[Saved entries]
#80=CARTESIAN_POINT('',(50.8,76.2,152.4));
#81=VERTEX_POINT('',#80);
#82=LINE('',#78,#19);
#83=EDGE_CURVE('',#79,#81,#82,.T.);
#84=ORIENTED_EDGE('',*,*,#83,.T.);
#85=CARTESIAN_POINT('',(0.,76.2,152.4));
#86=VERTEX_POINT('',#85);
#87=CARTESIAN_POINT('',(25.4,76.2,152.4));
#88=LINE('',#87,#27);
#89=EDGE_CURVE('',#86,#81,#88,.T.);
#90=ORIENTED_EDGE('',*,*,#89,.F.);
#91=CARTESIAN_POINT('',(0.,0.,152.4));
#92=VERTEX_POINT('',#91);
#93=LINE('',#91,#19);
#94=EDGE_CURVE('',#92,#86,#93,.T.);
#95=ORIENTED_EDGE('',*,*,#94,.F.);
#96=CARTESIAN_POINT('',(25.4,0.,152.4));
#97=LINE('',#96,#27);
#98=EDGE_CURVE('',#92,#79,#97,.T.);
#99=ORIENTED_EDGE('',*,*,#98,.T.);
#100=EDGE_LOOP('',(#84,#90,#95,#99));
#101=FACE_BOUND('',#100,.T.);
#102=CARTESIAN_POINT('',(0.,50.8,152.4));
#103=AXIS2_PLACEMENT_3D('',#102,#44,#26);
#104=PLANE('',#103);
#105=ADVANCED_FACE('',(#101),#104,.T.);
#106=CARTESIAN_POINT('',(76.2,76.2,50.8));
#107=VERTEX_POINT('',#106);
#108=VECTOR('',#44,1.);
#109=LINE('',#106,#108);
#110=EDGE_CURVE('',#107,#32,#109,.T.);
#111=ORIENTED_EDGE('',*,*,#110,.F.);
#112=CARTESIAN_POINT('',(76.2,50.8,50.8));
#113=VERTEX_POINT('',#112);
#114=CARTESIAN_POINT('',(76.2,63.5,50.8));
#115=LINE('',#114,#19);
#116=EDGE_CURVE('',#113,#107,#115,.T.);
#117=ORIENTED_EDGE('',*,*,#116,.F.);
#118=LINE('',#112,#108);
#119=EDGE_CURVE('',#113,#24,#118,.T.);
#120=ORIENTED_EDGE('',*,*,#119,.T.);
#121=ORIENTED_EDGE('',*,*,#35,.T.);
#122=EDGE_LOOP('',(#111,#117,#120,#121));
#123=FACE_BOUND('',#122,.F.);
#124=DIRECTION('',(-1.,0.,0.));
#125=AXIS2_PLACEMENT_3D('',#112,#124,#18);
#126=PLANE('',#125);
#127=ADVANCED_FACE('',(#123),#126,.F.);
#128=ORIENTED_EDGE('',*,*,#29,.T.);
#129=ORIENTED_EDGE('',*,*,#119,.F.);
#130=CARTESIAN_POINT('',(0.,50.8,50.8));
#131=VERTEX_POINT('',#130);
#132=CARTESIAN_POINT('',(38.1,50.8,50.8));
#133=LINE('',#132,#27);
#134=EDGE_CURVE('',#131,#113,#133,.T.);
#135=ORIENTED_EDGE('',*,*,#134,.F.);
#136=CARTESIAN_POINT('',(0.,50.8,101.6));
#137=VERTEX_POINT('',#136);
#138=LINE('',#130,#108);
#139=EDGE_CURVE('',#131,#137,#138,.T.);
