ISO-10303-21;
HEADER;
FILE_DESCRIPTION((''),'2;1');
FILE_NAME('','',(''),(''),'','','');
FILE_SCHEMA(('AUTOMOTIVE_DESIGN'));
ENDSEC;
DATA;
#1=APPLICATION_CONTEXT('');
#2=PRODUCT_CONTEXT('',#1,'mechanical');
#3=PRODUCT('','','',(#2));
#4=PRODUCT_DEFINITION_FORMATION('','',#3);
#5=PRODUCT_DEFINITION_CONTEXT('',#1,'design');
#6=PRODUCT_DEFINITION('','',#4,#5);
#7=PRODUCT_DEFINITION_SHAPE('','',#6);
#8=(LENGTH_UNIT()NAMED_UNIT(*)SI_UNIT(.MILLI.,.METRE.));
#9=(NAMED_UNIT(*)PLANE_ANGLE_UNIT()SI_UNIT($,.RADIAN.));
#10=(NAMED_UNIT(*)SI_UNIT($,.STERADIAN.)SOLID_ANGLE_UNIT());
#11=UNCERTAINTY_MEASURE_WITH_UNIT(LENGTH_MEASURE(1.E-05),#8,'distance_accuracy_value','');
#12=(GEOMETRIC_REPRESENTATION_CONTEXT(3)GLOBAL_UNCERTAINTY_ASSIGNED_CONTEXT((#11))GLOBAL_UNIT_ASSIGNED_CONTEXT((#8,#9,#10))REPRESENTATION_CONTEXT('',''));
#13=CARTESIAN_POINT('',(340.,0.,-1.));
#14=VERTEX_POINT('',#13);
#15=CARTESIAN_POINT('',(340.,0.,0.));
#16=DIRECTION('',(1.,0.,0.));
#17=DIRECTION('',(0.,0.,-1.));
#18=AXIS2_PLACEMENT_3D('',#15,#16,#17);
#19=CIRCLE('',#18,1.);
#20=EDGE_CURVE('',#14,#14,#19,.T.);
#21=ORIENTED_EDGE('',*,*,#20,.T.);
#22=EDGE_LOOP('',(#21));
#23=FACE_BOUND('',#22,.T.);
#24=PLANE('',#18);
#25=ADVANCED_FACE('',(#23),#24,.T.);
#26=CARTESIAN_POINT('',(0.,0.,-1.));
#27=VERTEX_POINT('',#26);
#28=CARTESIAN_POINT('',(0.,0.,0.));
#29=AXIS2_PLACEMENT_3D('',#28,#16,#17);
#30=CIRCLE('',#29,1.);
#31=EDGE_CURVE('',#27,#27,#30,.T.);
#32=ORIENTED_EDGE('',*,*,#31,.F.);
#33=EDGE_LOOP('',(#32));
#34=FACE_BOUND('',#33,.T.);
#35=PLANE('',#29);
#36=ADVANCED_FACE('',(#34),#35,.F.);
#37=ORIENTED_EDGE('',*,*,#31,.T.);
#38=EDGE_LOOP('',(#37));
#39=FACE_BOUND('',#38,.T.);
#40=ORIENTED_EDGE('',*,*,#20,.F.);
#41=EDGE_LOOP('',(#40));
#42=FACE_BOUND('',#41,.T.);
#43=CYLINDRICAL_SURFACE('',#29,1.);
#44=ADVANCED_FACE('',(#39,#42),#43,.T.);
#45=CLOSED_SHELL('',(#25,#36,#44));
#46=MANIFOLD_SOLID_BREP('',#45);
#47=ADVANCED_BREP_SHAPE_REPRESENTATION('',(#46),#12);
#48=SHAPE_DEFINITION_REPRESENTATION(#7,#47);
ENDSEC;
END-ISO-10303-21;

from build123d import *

# Parameters (mm, degrees)
SKETCH_2_R = 1


with BuildPart() as part:
    # 扫描1: sweep along a path in 草图1
    with BuildLine(Plane.XY) as sweep_1_path:
        Line((0, 0), (340, 0))
    # 草图2 → 扫描1 (sweep)
    with BuildSketch(Plane(origin=(0, 0, 0), x_dir=(0, 0, -1), z_dir=(1, 0, 0))):
        Circle(SKETCH_2_R)
    sweep(path=sweep_1_path.line)


solid = part.part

◆ **EXERCISE OBJECTIVE**
A faithful retyping of every entry above is the task.

◆ **SOLUTION FOR THIS PROBLEM**
#80=CARTESIAN_POINT('',(50.8,76.2,152.4));
#81=VERTEX_POINT('',#80);
#82=LINE('',#78,#19);
#83=EDGE_CURVE('',#79,#81,#82,.T.);
#84=ORIENTED_EDGE('',*,*,#83,.T.);
#85=CARTESIAN_POINT('',(0.,76.2,152.4));
#86=VERTEX_POINT('',#85);
#87=CARTESIAN_POINT('',(25.4,76.2,152.4));
#88=LINE('',#87,#27);
#89=EDGE_CURVE('',#86,#81,#88,.T.);
#90=ORIENTED_EDGE('',*,*,#89,.F.);
#91=CARTESIAN_POINT('',(0.,0.,152.4));
#92=VERTEX_POINT('',#91);
#93=LINE('',#91,#19);
#94=EDGE_CURVE('',#92,#86,#93,.T.);
#95=ORIENTED_EDGE('',*,*,#94,.F.);
#96=CARTESIAN_POINT('',(25.4,0.,152.4));
#97=LINE('',#96,#27);
#98=EDGE_CURVE('',#92,#79,#97,.T.);
#99=ORIENTED_EDGE('',*,*,#98,.T.);
#100=EDGE_LOOP('',(#84,#90,#95,#99));
#101=FACE_BOUND('',#100,.T.);
#102=CARTESIAN_POINT('',(0.,50.8,152.4));
#103=AXIS2_PLACEMENT_3D('',#102,#44,#26);
#104=PLANE('',#103);
#105=ADVANCED_FACE('',(#101),#104,.T.);
#106=CARTESIAN_POINT('',(76.2,76.2,50.8));
#107=VERTEX_POINT('',#106);
#108=VECTOR('',#44,1.);
#109=LINE('',#106,#108);
#110=EDGE_CURVE('',#107,#32,#109,.T.);
#111=ORIENTED_EDGE('',*,*,#110,.F.);
#112=CARTESIAN_POINT('',(76.2,50.8,50.8));
#113=VERTEX_POINT('',#112);
#114=CARTESIAN_POINT('',(76.2,63.5,50.8));
#115=LINE('',#114,#19);
#116=EDGE_CURVE('',#113,#107,#115,.T.);
#117=ORIENTED_EDGE('',*,*,#116,.F.);
#118=LINE('',#112,#108);
#119=EDGE_CURVE('',#113,#24,#118,.T.);
#120=ORIENTED_EDGE('',*,*,#119,.T.);
#121=ORIENTED_EDGE('',*,*,#35,.T.);
#122=EDGE_LOOP('',(#111,#117,#120,#121));
#123=FACE_BOUND('',#122,.F.);
#124=DIRECTION('',(-1.,0.,0.));
#125=AXIS2_PLACEMENT_3D('',#112,#124,#18);
#126=PLANE('',#125);
#127=ADVANCED_FACE('',(#123),#126,.F.);
#128=ORIENTED_EDGE('',*,*,#29,.T.);
#129=ORIENTED_EDGE('',*,*,#119,.F.);
#130=CARTESIAN_POINT('',(0.,50.8,50.8));
#131=VERTEX_POINT('',#130);
#132=CARTESIAN_POINT('',(38.1,50.8,50.8));
#133=LINE('',#132,#27);
#134=EDGE_CURVE('',#131,#113,#133,.T.);
#135=ORIENTED_EDGE('',*,*,#134,.F.);
#136=CARTESIAN_POINT('',(0.,50.8,101.6));
#137=VERTEX_POINT('',#136);
#138=LINE('',#130,#108);
#139=EDGE_CURVE('',#131,#137,#138,.T.);
ISO-10303-21;
HEADER;
FILE_DESCRIPTION((''),'2;1');
FILE_NAME('','',(''),(''),'','','');
FILE_SCHEMA(('AUTOMOTIVE_DESIGN'));
ENDSEC;
DATA;
#1=APPLICATION_CONTEXT('');
#2=PRODUCT_CONTEXT('',#1,'mechanical');
#3=PRODUCT('','','',(#2));
#4=PRODUCT_DEFINITION_FORMATION('','',#3);
#5=PRODUCT_DEFINITION_CONTEXT('',#1,'design');
#6=PRODUCT_DEFINITION('','',#4,#5);
#7=PRODUCT_DEFINITION_SHAPE('','',#6);
#8=(LENGTH_UNIT()NAMED_UNIT(*)SI_UNIT(.MILLI.,.METRE.));
#9=(NAMED_UNIT(*)PLANE_ANGLE_UNIT()SI_UNIT($,.RADIAN.));
#10=(NAMED_UNIT(*)SI_UNIT($,.STERADIAN.)SOLID_ANGLE_UNIT());
#11=UNCERTAINTY_MEASURE_WITH_UNIT(LENGTH_MEASURE(1.E-05),#8,'distance_accuracy_value','');
#12=(GEOMETRIC_REPRESENTATION_CONTEXT(3)GLOBAL_UNCERTAINTY_ASSIGNED_CONTEXT((#11))GLOBAL_UNIT_ASSIGNED_CONTEXT((#8,#9,#10))REPRESENTATION_CONTEXT('',''));
#13=CARTESIAN_POINT('',(340.,0.,-1.));
#14=VERTEX_POINT('',#13);
#15=CARTESIAN_POINT('',(340.,0.,0.));
#16=DIRECTION('',(1.,0.,0.));
#17=DIRECTION('',(0.,0.,-1.));
#18=AXIS2_PLACEMENT_3D('',#15,#16,#17);
#19=CIRCLE('',#18,1.);
#20=EDGE_CURVE('',#14,#14,#19,.T.);
#21=ORIENTED_EDGE('',*,*,#20,.T.);
#22=EDGE_LOOP('',(#21));
#23=FACE_BOUND('',#22,.T.);
#24=PLANE('',#18);
#25=ADVANCED_FACE('',(#23),#24,.T.);
#26=CARTESIAN_POINT('',(0.,0.,-1.));
#27=VERTEX_POINT('',#26);
#28=CARTESIAN_POINT('',(0.,0.,0.));
#29=AXIS2_PLACEMENT_3D('',#28,#16,#17);
#30=CIRCLE('',#29,1.);
#31=EDGE_CURVE('',#27,#27,#30,.T.);
#32=ORIENTED_EDGE('',*,*,#31,.F.);
#33=EDGE_LOOP('',(#32));
#34=FACE_BOUND('',#33,.T.);
#35=PLANE('',#29);
#36=ADVANCED_FACE('',(#34),#35,.F.);
#37=ORIENTED_EDGE('',*,*,#31,.T.);
#38=EDGE_LOOP('',(#37));
#39=FACE_BOUND('',#38,.T.);
#40=ORIENTED_EDGE('',*,*,#20,.F.);
#41=EDGE_LOOP('',(#40));
#42=FACE_BOUND('',#41,.T.);
#43=CYLINDRICAL_SURFACE('',#29,1.);
#44=ADVANCED_FACE('',(#39,#42),#43,.T.);
#45=CLOSED_SHELL('',(#25,#36,#44));
#46=MANIFOLD_SOLID_BREP('',#45);
#47=ADVANCED_BREP_SHAPE_REPRESENTATION('',(#46),#12);
#48=SHAPE_DEFINITION_REPRESENTATION(#7,#47);
ENDSEC;
END-ISO-10303-21;

from build123d import *

# Parameters (mm, degrees)
SKETCH_2_R = 1


with BuildPart() as part:
    # 扫描1: sweep along a path in 草图1
    with BuildLine(Plane.XY) as sweep_1_path:
        Line((0, 0), (340, 0))
    # 草图2 → 扫描1 (sweep)
    with BuildSketch(Plane(origin=(0, 0, 0), x_dir=(0, 0, -1), z_dir=(1, 0, 0))):
        Circle(SKETCH_2_R)
    sweep(path=sweep_1_path.line)


solid = part.part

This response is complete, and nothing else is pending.